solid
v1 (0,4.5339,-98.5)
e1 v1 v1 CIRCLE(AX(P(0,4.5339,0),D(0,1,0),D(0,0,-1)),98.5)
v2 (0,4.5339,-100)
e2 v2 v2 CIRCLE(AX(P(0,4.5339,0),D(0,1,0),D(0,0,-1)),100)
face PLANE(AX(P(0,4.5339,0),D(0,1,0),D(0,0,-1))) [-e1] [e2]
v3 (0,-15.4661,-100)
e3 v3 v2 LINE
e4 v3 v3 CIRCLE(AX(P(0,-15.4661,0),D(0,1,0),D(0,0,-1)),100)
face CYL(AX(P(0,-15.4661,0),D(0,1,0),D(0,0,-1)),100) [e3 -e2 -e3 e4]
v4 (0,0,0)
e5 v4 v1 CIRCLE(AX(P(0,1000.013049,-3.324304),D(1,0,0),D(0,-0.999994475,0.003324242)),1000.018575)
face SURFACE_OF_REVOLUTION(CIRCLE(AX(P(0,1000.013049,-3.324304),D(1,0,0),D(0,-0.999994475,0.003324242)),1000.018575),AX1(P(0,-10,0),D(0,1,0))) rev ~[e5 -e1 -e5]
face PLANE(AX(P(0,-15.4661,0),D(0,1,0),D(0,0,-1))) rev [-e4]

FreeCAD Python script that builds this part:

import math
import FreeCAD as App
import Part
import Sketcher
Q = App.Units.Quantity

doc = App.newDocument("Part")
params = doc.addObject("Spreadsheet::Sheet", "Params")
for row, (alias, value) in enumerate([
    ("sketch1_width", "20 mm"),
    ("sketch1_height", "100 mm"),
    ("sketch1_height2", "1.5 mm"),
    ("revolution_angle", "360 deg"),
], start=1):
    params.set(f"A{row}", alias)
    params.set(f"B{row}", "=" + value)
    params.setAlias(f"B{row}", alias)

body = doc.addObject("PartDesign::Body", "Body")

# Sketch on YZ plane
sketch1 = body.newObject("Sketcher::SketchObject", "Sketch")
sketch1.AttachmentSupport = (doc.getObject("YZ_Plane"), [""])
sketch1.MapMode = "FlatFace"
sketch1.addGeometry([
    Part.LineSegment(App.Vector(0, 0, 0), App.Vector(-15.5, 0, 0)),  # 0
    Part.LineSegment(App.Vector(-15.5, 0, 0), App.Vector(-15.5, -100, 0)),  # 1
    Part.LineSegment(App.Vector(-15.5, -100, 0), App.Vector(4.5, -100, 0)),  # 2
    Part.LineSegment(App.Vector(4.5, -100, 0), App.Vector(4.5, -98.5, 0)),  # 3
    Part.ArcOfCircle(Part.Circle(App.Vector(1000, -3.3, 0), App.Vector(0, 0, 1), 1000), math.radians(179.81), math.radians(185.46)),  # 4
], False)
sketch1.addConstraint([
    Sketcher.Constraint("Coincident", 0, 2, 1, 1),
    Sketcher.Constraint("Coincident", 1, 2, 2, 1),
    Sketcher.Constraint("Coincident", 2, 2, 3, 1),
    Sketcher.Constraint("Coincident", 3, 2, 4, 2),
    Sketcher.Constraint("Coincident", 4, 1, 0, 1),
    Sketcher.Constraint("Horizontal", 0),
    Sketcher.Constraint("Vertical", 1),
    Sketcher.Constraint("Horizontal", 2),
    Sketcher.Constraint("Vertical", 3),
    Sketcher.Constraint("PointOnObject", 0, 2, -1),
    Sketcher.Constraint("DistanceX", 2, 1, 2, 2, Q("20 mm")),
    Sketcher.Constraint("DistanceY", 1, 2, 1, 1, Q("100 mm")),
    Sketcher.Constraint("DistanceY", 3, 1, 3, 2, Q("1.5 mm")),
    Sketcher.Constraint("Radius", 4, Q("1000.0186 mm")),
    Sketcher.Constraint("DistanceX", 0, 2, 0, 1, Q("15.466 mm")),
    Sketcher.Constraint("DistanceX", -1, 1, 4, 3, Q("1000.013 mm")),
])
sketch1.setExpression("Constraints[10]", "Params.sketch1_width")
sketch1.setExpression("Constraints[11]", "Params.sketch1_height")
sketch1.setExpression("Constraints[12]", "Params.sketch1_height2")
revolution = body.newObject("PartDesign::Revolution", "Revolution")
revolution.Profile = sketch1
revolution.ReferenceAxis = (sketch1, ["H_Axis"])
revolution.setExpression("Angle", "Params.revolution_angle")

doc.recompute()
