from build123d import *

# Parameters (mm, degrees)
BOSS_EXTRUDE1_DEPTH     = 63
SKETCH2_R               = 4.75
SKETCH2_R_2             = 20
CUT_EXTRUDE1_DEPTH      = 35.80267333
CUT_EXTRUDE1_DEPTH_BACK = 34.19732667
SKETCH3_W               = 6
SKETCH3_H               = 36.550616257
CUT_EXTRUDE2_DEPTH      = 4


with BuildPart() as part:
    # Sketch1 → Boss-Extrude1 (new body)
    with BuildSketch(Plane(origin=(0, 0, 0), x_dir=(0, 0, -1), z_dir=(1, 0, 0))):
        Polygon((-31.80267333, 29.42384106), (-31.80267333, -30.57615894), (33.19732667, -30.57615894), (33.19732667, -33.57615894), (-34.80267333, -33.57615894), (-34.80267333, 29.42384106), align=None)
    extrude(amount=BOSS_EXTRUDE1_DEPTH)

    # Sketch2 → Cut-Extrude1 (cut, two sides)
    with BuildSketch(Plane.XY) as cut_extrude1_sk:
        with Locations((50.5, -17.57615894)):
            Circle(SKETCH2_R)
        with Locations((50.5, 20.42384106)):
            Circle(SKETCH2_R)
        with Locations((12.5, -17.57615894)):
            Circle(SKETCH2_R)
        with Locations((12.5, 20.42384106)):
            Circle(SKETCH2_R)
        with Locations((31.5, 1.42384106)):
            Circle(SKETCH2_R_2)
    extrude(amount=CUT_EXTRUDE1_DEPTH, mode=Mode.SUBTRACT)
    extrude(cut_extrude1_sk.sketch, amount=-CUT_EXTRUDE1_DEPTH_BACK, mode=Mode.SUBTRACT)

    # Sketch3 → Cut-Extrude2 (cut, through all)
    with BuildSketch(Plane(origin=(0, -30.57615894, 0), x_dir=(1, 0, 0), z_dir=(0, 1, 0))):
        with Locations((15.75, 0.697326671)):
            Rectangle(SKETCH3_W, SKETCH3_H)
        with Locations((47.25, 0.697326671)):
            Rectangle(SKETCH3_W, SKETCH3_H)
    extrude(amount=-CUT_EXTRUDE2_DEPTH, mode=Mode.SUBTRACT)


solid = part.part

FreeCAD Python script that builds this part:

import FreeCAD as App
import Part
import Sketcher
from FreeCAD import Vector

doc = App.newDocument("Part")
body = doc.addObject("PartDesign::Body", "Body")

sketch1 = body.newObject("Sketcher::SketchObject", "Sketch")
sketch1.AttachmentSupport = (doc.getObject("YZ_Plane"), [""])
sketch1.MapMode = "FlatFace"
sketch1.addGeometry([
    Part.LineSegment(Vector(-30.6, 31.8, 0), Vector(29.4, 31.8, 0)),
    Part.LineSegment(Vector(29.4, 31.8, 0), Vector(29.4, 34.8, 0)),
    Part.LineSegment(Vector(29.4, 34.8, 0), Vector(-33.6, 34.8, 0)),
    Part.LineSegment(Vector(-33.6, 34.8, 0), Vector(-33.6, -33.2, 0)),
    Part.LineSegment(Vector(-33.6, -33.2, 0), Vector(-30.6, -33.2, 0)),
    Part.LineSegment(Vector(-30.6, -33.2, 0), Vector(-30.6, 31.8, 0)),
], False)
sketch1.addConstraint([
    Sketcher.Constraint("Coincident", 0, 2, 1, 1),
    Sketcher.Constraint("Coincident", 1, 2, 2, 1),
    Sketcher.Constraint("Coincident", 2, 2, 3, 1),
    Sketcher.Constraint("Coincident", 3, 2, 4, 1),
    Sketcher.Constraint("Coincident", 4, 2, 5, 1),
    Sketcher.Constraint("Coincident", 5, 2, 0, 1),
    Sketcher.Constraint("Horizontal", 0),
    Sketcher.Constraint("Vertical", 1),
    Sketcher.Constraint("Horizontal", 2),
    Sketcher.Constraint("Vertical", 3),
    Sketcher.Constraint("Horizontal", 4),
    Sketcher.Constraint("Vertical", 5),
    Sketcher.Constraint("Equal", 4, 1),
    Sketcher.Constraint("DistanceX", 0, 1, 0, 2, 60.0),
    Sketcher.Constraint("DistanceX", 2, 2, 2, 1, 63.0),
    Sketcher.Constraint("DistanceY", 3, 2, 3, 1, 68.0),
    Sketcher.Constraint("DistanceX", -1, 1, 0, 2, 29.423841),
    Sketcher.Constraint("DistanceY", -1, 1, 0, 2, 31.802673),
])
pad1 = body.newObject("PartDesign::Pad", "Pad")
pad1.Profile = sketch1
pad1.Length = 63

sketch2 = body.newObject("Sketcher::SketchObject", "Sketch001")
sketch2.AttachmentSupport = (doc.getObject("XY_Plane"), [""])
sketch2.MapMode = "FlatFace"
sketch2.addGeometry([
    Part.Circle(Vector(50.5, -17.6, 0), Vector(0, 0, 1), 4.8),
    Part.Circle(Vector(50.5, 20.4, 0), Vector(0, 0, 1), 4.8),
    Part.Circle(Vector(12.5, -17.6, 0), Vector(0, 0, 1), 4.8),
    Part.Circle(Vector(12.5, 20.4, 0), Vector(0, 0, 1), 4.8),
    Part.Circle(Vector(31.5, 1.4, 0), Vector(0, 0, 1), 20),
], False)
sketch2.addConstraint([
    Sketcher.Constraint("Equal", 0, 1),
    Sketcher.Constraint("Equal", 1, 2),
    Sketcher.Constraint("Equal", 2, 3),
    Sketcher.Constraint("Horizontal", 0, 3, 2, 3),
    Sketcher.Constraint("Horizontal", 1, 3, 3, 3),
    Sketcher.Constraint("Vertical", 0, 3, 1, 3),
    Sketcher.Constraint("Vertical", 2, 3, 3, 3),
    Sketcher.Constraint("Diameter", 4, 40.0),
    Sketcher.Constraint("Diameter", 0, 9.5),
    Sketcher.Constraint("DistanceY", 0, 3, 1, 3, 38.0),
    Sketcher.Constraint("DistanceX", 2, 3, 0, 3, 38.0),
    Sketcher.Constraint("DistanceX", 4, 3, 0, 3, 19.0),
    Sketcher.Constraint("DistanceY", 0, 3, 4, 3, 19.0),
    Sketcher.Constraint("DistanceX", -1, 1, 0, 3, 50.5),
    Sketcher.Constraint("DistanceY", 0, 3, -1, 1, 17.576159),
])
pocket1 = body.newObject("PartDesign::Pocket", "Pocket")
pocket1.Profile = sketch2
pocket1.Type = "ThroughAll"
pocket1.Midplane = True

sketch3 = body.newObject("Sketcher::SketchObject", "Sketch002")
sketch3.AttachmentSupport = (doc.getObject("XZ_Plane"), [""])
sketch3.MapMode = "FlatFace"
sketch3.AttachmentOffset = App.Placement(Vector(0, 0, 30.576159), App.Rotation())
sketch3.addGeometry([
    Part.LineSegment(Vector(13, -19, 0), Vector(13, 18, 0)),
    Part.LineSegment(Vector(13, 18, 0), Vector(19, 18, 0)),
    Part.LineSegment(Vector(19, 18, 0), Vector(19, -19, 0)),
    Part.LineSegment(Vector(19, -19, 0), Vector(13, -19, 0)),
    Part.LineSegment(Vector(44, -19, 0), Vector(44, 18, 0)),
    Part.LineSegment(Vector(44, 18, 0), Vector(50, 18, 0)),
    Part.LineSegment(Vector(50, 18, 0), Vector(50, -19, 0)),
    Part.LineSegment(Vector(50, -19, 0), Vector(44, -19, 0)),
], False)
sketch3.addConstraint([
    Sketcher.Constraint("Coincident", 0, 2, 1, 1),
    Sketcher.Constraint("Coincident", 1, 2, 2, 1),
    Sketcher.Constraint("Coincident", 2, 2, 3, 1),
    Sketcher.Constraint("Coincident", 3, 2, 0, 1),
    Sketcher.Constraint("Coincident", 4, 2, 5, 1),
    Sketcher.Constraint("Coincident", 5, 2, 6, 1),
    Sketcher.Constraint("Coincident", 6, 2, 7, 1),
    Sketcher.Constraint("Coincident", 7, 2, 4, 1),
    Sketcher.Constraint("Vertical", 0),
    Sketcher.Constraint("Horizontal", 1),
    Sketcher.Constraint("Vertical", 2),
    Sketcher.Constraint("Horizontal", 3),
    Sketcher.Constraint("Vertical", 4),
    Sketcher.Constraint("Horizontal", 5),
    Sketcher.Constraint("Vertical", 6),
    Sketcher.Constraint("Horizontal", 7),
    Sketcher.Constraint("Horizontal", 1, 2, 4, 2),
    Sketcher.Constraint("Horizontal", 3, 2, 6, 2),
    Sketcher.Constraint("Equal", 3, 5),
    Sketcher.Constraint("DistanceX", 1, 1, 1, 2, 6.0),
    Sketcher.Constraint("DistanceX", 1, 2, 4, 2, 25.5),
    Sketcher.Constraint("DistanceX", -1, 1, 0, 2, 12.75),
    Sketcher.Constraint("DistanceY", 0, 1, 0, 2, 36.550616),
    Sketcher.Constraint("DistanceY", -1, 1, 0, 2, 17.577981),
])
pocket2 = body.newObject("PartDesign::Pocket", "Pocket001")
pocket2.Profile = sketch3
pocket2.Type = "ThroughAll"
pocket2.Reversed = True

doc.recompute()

* **WHAT YOU NEED TO DO**
Starting with the first line of the entries and ending with the line that has "rev ~[e5 -e1 -e5]", copy each line exactly and add nothing.

* **SOLUTION FOR THIS PROBLEM**
solid
v1 (0,4.5339,-98.5)
e1 v1 v1 CIRCLE(AX(P(0,4.5339,0),D(0,1,0),D(0,0,-1)),98.5)
v2 (0,4.5339,-100)
e2 v2 v2 CIRCLE(AX(P(0,4.5339,0),D(0,1,0),D(0,0,-1)),100)
face PLANE(AX(P(0,4.5339,0),D(0,1,0),D(0,0,-1))) [-e1] [e2]
v3 (0,-15.4661,-100)
e3 v3 v2 LINE
e4 v3 v3 CIRCLE(AX(P(0,-15.4661,0),D(0,1,0),D(0,0,-1)),100)
face CYL(AX(P(0,-15.4661,0),D(0,1,0),D(0,0,-1)),100) [e3 -e2 -e3 e4]
v4 (0,0,0)
e5 v4 v1 CIRCLE(AX(P(0,1000.013049,-3.324304),D(1,0,0),D(0,-0.999994475,0.003324242)),1000.018575)
face SURFACE_OF_REVOLUTION(CIRCLE(AX(P(0,1000.013049,-3.324304),D(1,0,0),D(0,-0.999994475,0.003324242)),1000.018575),AX1(P(0,-10,0),D(0,1,0))) rev ~[e5 -e1 -e5]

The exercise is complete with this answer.